Let's fix the parameter values for all $K$ people and do a histogram of the simulated times. They match the shape of the intensity function over the interval $[T_0, T_1)$, scaled to unit area, i.e. $\frac{\lambda(t)}{\big(\Lambda(T_1)-\Lambda(T_0) \big)}$. Run more samples to convince yourself -- or also calculate the Wasserstein distance of the empirical and theoretical distribution, as described in the numerical analyses in the `nhppp` paper. 

```{r histogram}
if(nchar(system.file(package = 'ggplot2'))>0) {
  pop2 <- setDT(list(id = 1:1000)) 
  pop2[, `:=`(
    T0 = 20, 
    T1 = 100, 
    a = 0.005, 
    b = 0.090
  )]
  setindex(pop2, id)
  pop2
  
  ## re-define functions to use `pop2` by default 
  ##    clunckiness of `nhppp` -- help us improve it!
  l  <- function(t, a = pop2$a, b = pop2$b, ...) a * b * exp(b * t)
  L  <- function(t, a = pop2$a, b = pop2$b, ...) a * exp(b * t) - a
  Li <- function(z, a = pop2$a, b = pop2$b, ...) log(z/a +1) / b
  
  ## get all times (full trajectories)
  Z <- nhppp::vdraw_cumulative_intensity(
      Lambda = L,
      Lambda_inv = Li,
      t_min = pop2$T0,
      t_max = pop2$T1,
      atmost1 = FALSE
    )
  
  ## ignore non-realized times 
  Z <- as.vector(Z)
  Z <- Z[!is.na(Z)]
  
  x <- seq(from = 20, to = 100, length.out = 100)
  ## normalize the hazard rate to have area 1 between 20 and 100
  y <- l(x, a = pop2$a[1], b = pop2$b[1]) / (
        L(100, a = pop2$a[1], b = pop2$b[1]) - 
        L(20, a = pop2$a[1], b = pop2$b[1])
       )
  
  
  library(ggplot2)
  ggplot(xlim = c(0, 110)) +
    geom_histogram(
      aes(x = Z, y = after_stat(density)), 
      bins = 100, 
      fill = "gray", 
      color = "white") +
    geom_line(
      aes(x = x, y = y), 
      color = "red"
    ) +
    labs(title = "Histogram of all simulated Gompertz times", x = "Time", y = "Empirical and theoretical density")
}
```


## Acknowledgments 

Thanks to Fernando Alarid-Escudero for suggesting this vignette. 


## Bibliography

Trikalinos TA, Sereda Y. _nhppp: Simulating Nonhomogeneous Poisson Point Processes in R_. arXiv preprint arXiv:2402.00358. 2024 Feb 1.
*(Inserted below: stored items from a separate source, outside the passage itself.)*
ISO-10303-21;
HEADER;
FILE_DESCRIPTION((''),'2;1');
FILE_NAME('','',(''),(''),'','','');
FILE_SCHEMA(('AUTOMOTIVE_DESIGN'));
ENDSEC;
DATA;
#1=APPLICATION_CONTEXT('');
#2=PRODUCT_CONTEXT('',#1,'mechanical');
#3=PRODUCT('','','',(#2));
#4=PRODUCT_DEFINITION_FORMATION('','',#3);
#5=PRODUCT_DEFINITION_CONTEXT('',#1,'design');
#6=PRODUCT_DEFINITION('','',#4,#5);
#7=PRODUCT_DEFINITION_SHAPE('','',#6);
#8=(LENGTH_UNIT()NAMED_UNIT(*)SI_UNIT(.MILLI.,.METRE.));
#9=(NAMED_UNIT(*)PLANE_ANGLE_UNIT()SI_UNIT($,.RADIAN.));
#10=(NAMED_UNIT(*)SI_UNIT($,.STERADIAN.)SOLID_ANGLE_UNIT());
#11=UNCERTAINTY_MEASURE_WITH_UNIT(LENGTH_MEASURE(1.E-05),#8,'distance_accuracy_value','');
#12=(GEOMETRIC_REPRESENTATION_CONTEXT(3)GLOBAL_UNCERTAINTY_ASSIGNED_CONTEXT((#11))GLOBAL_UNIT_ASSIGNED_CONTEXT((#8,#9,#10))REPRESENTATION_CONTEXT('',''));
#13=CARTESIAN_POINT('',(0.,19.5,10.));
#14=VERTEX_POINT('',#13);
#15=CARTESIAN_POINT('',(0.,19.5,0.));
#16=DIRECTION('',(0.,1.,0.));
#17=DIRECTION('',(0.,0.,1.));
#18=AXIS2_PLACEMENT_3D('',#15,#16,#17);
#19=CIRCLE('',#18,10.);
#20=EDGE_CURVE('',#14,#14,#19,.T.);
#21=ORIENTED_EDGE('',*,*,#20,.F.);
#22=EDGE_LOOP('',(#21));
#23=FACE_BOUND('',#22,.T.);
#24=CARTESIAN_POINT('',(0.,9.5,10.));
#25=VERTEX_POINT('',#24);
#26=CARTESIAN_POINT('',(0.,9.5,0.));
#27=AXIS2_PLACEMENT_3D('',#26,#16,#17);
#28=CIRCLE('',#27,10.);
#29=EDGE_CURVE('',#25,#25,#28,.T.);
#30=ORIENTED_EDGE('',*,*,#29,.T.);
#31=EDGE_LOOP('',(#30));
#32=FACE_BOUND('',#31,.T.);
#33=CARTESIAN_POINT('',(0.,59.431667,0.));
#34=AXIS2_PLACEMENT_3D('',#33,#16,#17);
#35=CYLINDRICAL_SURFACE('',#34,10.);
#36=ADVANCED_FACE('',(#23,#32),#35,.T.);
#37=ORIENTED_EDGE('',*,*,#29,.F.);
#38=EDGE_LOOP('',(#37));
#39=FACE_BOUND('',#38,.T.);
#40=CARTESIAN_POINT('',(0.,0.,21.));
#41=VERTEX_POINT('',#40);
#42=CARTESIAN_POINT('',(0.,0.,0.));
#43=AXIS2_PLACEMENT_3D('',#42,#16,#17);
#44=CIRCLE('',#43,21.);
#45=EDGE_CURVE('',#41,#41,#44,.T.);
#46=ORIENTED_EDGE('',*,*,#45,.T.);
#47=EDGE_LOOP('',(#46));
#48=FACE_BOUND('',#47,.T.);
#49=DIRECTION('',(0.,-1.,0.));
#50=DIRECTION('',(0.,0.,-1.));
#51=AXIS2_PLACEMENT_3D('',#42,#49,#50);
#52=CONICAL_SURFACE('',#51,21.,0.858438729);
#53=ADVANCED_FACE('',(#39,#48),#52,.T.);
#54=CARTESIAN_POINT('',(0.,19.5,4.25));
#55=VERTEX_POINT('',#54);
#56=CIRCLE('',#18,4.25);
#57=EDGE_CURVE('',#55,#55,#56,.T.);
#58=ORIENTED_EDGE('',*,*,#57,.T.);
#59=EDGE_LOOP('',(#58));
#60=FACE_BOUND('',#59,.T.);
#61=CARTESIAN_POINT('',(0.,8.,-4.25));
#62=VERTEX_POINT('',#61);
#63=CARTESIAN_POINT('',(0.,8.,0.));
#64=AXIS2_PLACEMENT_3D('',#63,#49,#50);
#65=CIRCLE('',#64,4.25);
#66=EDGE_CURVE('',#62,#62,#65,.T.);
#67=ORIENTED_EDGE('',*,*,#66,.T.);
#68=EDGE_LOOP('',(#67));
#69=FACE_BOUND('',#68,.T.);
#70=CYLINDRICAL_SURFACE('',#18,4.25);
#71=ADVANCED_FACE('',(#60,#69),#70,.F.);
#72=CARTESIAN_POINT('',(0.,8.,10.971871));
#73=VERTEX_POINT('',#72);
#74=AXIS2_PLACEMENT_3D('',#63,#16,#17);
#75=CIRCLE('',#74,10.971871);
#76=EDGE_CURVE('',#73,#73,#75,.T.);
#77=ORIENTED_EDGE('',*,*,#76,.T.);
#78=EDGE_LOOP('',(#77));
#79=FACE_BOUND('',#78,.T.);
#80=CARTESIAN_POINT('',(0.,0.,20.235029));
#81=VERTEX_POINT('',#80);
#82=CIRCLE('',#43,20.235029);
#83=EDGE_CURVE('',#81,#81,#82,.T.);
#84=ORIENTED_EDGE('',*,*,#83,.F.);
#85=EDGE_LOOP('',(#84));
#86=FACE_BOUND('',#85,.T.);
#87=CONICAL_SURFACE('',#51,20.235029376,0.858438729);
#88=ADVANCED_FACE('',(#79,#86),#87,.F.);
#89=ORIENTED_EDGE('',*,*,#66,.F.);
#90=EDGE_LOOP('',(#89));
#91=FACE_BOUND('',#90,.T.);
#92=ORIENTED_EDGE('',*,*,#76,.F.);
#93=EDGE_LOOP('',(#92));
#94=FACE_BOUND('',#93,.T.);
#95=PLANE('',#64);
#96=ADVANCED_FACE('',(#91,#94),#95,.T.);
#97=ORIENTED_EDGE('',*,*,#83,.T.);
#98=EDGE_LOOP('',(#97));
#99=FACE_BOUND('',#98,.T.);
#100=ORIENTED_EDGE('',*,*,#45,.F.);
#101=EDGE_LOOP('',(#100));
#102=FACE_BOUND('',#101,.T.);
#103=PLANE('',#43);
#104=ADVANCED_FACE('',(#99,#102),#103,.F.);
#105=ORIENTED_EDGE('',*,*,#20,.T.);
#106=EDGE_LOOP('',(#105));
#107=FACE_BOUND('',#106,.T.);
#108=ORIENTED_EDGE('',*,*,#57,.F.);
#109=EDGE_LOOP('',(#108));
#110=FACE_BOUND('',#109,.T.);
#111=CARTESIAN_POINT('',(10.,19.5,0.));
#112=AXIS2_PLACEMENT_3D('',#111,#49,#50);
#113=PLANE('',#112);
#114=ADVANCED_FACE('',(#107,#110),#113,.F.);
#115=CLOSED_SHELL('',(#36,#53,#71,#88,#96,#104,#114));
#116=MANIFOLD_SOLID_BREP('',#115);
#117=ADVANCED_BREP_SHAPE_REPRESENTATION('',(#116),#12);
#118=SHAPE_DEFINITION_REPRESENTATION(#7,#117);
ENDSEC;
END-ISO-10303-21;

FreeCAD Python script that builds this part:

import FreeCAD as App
import Part
import Sketcher

V = App.Vector
Q = App.Units.Quantity

doc = App.newDocument("Part")
body = doc.addObject("PartDesign::Body", "Body")

# Sketch on XY plane
sketch1 = doc.addObject("Sketcher::SketchObject", "Sketch")
body.addObject(sketch1)
sketch1.AttachmentSupport = (doc.XY_Plane, [""])
sketch1.MapMode = "FlatFace"
sketch1.addGeometry([
    Part.LineSegment(V(0, 0, 0), V(21, 0, 0)),  # 0
    Part.LineSegment(V(21, 0, 0), V(10, 10, 0)),  # 1
    Part.LineSegment(V(10, 10, 0), V(10, 20, 0)),  # 2
    Part.LineSegment(V(10, 20, 0), V(0, 20, 0)),  # 3
    Part.LineSegment(V(0, 20, 0), V(0, 0, 0)),  # 4
], False)
sketch1.addConstraint([
    Sketcher.Constraint("Coincident", 0, 2, 1, 1),
    Sketcher.Constraint("Coincident", 1, 2, 2, 1),
    Sketcher.Constraint("Coincident", 2, 2, 3, 1),
    Sketcher.Constraint("Coincident", 3, 2, 4, 1),
    Sketcher.Constraint("Coincident", 4, 2, 0, 1),
    Sketcher.Constraint("Horizontal", 0),
    Sketcher.Constraint("Vertical", 2),
    Sketcher.Constraint("Horizontal", 3),
    Sketcher.Constraint("Vertical", 4),
    Sketcher.Constraint("Coincident", 4, 2, -1, 1),
    Sketcher.Constraint("Equal", 3, 2),
    Sketcher.Constraint("DistanceX", 0, 1, 0, 2, Q("21 mm")),
    Sketcher.Constraint("DistanceX", 3, 2, 3, 1, Q("10 mm")),
    Sketcher.Constraint("DistanceY", 4, 2, 4, 1, Q("19.5 mm")),
])
revolution = doc.addObject("PartDesign::Revolution", "Revolution")
body.addObject(revolution)
revolution.Profile = sketch1
revolution.ReferenceAxis = (sketch1, ["V_Axis"])
revolution.Angle = 360

# Sketch on XY plane
sketch2 = doc.addObject("Sketcher::SketchObject", "Sketch001")
body.addObject(sketch2)
sketch2.AttachmentSupport = (doc.XY_Plane, [""])
sketch2.MapMode = "FlatFace"
sketch2.addGeometry([
    Part.LineSegment(V(11, 8, 0), V(0, 8, 0)),
    Part.LineSegment(V(0, 8, 0), V(0, 0, 0)),
    Part.LineSegment(V(0, 0, 0), V(20, 0, 0)),
    Part.LineSegment(V(20, 0, 0), V(11, 8, 0)),
], False)
sketch2.addConstraint([
    Sketcher.Constraint("Coincident", 0, 2, 1, 1),
    Sketcher.Constraint("Coincident", 1, 2, 2, 1),
    Sketcher.Constraint("Coincident", 2, 2, 3, 1),
    Sketcher.Constraint("Coincident", 3, 2, 0, 1),
    Sketcher.Constraint("Horizontal", 0),
    Sketcher.Constraint("Vertical", 1),
    Sketcher.Constraint("Horizontal", 2),
    Sketcher.Constraint("Coincident", 1, 2, -1, 1),
    Sketcher.Constraint("DistanceY", 1, 2, 1, 1, Q("8 mm")),
    Sketcher.Constraint("DistanceX", 0, 2, 0, 1, Q("10.971871 mm")),
    Sketcher.Constraint("DistanceX", 2, 1, 2, 2, Q("20.235029 mm")),
])
groove = doc.addObject("PartDesign::Groove", "Groove")
body.addObject(groove)
groove.Profile = sketch2
groove.ReferenceAxis = (sketch2, ["V_Axis"])
groove.Angle = 360

# Sketch on XZ plane
sketch3 = doc.addObject("Sketcher::SketchObject", "Sketch002")
body.addObject(sketch3)
sketch3.AttachmentSupport = (doc.XZ_Plane, [""])
sketch3.MapMode = "FlatFace"
sketch3.AttachmentOffset = App.Placement(V(0, 0, -19.5), App.Rotation())
sketch3.addGeometry(Part.Circle(V(0, 0, 0), V(0, 0, 1), 4.2), False)
sketch3.addConstraint([
    Sketcher.Constraint("Coincident", 0, 3, -1, 1),
    Sketcher.Constraint("Diameter", 0, Q("8.5 mm")),
])
doc.recompute()
hole = doc.addObject("PartDesign::Hole", "Hole")
body.addObject(hole)
hole.Profile = sketch3
hole.ThreadType = "None"
hole.Diameter = 8.5
hole.DepthType = "Dimension"
hole.Depth = 24.5
hole.DrillPoint = "Angled"
hole.DrillPointAngle = 118
hole.Reversed = True

doc.recompute()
Trikalinos TA, Sereda Y. _The nhppp package for simulating non-homogeneous Poisson point processes in R_. PLoS One. 2024 Nov 21;19(11):e0311311.

Marshall AW, Olkin I. "The Gompertz distribution" (p 364) in _Life distributions_  Springer, New York; 2007.

Since the publication of the paper, the syntax and options of the `nhppp` package have
evolved. To reproduce the code in the paper, you have to install the version 
of `nhppp` used in the paper. Alternatively, take a look at the vignettes, 
which are written to work with the current package.